• [Task brief] When the line containing "#261=LINE('',#122,#96);" appears in the data below, begin copying there and stop only after the line containing "#37=CONICAL_SURFACE('',#36,87.204761803,0.052359878);".

• [Stored items]
==*==
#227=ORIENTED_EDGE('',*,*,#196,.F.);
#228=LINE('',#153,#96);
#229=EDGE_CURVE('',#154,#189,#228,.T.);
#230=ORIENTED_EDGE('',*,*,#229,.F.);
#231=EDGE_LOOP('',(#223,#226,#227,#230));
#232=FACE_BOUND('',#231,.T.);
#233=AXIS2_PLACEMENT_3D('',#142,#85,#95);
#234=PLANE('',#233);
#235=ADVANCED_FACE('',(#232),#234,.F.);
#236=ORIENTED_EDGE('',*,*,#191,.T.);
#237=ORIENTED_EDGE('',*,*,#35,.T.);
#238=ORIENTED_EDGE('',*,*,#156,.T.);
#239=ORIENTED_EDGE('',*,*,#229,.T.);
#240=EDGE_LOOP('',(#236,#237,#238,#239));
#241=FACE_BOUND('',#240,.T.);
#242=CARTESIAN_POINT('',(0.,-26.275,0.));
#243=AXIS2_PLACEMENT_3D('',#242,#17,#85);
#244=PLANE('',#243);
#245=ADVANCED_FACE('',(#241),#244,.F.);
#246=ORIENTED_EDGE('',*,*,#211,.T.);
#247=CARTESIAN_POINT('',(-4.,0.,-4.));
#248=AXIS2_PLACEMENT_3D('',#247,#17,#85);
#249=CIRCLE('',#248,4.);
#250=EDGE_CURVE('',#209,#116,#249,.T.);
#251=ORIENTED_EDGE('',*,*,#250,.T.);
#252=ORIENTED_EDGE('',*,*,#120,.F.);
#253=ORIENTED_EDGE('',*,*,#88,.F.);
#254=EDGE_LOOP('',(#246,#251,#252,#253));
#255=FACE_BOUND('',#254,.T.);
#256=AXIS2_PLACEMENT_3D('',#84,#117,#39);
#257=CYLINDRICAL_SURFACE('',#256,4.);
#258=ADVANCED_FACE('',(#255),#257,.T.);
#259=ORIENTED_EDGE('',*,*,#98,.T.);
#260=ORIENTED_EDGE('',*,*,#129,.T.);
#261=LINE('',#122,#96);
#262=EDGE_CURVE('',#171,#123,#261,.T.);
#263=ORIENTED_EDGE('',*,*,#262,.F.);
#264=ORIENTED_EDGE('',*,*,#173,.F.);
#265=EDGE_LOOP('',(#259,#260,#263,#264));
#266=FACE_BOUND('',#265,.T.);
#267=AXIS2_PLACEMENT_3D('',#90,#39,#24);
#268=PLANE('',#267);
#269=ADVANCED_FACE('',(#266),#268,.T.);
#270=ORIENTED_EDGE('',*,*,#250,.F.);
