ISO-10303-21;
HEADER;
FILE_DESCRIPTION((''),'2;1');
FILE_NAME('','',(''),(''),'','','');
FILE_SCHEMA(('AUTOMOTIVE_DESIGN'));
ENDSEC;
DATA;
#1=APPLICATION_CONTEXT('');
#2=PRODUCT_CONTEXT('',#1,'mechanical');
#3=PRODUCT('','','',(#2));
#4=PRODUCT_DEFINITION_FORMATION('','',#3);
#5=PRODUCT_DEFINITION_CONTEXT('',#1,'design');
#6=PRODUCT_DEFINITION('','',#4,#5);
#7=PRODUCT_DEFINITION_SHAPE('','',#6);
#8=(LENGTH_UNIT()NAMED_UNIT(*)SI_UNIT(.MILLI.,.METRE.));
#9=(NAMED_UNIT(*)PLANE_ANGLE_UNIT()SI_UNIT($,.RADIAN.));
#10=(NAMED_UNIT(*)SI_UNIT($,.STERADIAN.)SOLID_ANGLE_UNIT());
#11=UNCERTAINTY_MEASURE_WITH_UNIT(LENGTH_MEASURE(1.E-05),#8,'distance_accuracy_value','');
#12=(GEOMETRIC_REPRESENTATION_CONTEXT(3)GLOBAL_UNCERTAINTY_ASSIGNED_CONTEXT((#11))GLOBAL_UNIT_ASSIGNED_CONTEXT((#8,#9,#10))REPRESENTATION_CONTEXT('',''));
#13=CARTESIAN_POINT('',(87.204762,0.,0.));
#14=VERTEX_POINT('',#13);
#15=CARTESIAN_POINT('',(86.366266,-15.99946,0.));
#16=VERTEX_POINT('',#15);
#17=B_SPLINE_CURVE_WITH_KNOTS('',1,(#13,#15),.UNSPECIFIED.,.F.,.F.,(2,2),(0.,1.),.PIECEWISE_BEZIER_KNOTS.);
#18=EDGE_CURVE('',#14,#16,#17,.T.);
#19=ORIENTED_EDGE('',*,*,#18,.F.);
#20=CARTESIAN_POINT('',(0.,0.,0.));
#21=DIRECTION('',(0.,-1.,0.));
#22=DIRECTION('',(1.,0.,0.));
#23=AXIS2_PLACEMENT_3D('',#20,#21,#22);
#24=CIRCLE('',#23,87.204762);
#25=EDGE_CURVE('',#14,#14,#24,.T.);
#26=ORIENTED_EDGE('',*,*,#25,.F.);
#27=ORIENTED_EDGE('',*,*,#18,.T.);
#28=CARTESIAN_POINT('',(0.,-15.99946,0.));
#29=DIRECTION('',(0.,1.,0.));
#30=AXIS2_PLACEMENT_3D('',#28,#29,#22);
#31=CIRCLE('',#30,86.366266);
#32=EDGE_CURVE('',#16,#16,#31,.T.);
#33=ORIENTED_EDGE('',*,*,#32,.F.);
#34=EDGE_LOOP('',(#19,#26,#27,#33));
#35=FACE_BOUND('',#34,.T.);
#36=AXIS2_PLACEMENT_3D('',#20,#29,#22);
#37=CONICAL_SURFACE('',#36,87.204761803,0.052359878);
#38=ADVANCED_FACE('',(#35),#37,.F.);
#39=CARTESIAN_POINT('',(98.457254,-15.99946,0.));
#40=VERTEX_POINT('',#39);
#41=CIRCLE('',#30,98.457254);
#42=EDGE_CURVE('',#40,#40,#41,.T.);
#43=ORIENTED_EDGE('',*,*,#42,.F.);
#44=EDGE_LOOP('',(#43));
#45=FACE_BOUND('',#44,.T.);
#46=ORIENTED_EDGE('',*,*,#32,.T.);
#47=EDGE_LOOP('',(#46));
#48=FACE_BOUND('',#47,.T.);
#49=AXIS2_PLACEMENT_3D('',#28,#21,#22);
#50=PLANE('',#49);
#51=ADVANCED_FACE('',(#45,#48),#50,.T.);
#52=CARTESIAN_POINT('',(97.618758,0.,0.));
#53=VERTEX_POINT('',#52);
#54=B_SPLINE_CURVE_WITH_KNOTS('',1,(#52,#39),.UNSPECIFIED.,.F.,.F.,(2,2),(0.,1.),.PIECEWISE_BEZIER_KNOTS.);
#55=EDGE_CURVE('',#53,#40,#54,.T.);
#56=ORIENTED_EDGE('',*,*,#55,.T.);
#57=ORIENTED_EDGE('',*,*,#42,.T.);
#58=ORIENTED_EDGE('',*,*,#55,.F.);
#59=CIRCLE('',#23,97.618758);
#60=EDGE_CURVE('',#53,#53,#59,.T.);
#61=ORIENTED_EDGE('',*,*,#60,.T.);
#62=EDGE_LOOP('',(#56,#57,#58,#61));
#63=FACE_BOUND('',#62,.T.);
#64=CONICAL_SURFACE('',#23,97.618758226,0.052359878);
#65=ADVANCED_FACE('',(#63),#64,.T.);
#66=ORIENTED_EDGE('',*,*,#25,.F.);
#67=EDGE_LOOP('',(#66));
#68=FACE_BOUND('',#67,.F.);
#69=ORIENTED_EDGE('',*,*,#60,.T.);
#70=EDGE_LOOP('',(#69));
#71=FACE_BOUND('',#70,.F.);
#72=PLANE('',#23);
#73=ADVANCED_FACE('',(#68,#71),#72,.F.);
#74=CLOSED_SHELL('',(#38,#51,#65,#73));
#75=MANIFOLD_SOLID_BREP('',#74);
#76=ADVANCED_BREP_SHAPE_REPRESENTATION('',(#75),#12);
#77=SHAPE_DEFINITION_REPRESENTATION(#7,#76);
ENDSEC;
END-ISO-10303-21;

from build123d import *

# Parameters (mm, degrees)
F0_R     = 97.6187582264
F0_R_2   = 87.2047618032
F1_DEPTH = 15.99946
F1_TAPER = -3


with BuildPart() as f1:
    # F0 (on Front) → F1 (new body)
    with BuildSketch(Plane.XZ):
        Circle(F0_R)
        Circle(F0_R_2, mode=Mode.SUBTRACT)
    extrude(amount=F1_DEPTH, taper=F1_TAPER)


solid = f1.part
==*==
• [Finished exercise]
#261=LINE('',#122,#96);
#262=EDGE_CURVE('',#171,#123,#261,.T.);
#263=ORIENTED_EDGE('',*,*,#262,.F.);
#264=ORIENTED_EDGE('',*,*,#173,.F.);
#265=EDGE_LOOP('',(#259,#260,#263,#264));
#266=FACE_BOUND('',#265,.T.);
#267=AXIS2_PLACEMENT_3D('',#90,#39,#24);
#268=PLANE('',#267);
#269=ADVANCED_FACE('',(#266),#268,.T.);
#270=ORIENTED_EDGE('',*,*,#250,.F.);
ISO-10303-21;
HEADER;
FILE_DESCRIPTION((''),'2;1');
FILE_NAME('','',(''),(''),'','','');
FILE_SCHEMA(('AUTOMOTIVE_DESIGN'));
ENDSEC;
DATA;
#1=APPLICATION_CONTEXT('');
#2=PRODUCT_CONTEXT('',#1,'mechanical');
#3=PRODUCT('','','',(#2));
#4=PRODUCT_DEFINITION_FORMATION('','',#3);
#5=PRODUCT_DEFINITION_CONTEXT('',#1,'design');
#6=PRODUCT_DEFINITION('','',#4,#5);
#7=PRODUCT_DEFINITION_SHAPE('','',#6);
#8=(LENGTH_UNIT()NAMED_UNIT(*)SI_UNIT(.MILLI.,.METRE.));
#9=(NAMED_UNIT(*)PLANE_ANGLE_UNIT()SI_UNIT($,.RADIAN.));
#10=(NAMED_UNIT(*)SI_UNIT($,.STERADIAN.)SOLID_ANGLE_UNIT());
#11=UNCERTAINTY_MEASURE_WITH_UNIT(LENGTH_MEASURE(1.E-05),#8,'distance_accuracy_value','');
#12=(GEOMETRIC_REPRESENTATION_CONTEXT(3)GLOBAL_UNCERTAINTY_ASSIGNED_CONTEXT((#11))GLOBAL_UNIT_ASSIGNED_CONTEXT((#8,#9,#10))REPRESENTATION_CONTEXT('',''));
#13=CARTESIAN_POINT('',(87.204762,0.,0.));
#14=VERTEX_POINT('',#13);
#15=CARTESIAN_POINT('',(86.366266,-15.99946,0.));
#16=VERTEX_POINT('',#15);
#17=B_SPLINE_CURVE_WITH_KNOTS('',1,(#13,#15),.UNSPECIFIED.,.F.,.F.,(2,2),(0.,1.),.PIECEWISE_BEZIER_KNOTS.);
#18=EDGE_CURVE('',#14,#16,#17,.T.);
#19=ORIENTED_EDGE('',*,*,#18,.F.);
#20=CARTESIAN_POINT('',(0.,0.,0.));
#21=DIRECTION('',(0.,-1.,0.));
#22=DIRECTION('',(1.,0.,0.));
#23=AXIS2_PLACEMENT_3D('',#20,#21,#22);
#24=CIRCLE('',#23,87.204762);
#25=EDGE_CURVE('',#14,#14,#24,.T.);
#26=ORIENTED_EDGE('',*,*,#25,.F.);
#27=ORIENTED_EDGE('',*,*,#18,.T.);
#28=CARTESIAN_POINT('',(0.,-15.99946,0.));
#29=DIRECTION('',(0.,1.,0.));
#30=AXIS2_PLACEMENT_3D('',#28,#29,#22);
#31=CIRCLE('',#30,86.366266);
#32=EDGE_CURVE('',#16,#16,#31,.T.);
#33=ORIENTED_EDGE('',*,*,#32,.F.);
#34=EDGE_LOOP('',(#19,#26,#27,#33));
#35=FACE_BOUND('',#34,.T.);
#36=AXIS2_PLACEMENT_3D('',#20,#29,#22);
#37=CONICAL_SURFACE('',#36,87.204761803,0.052359878);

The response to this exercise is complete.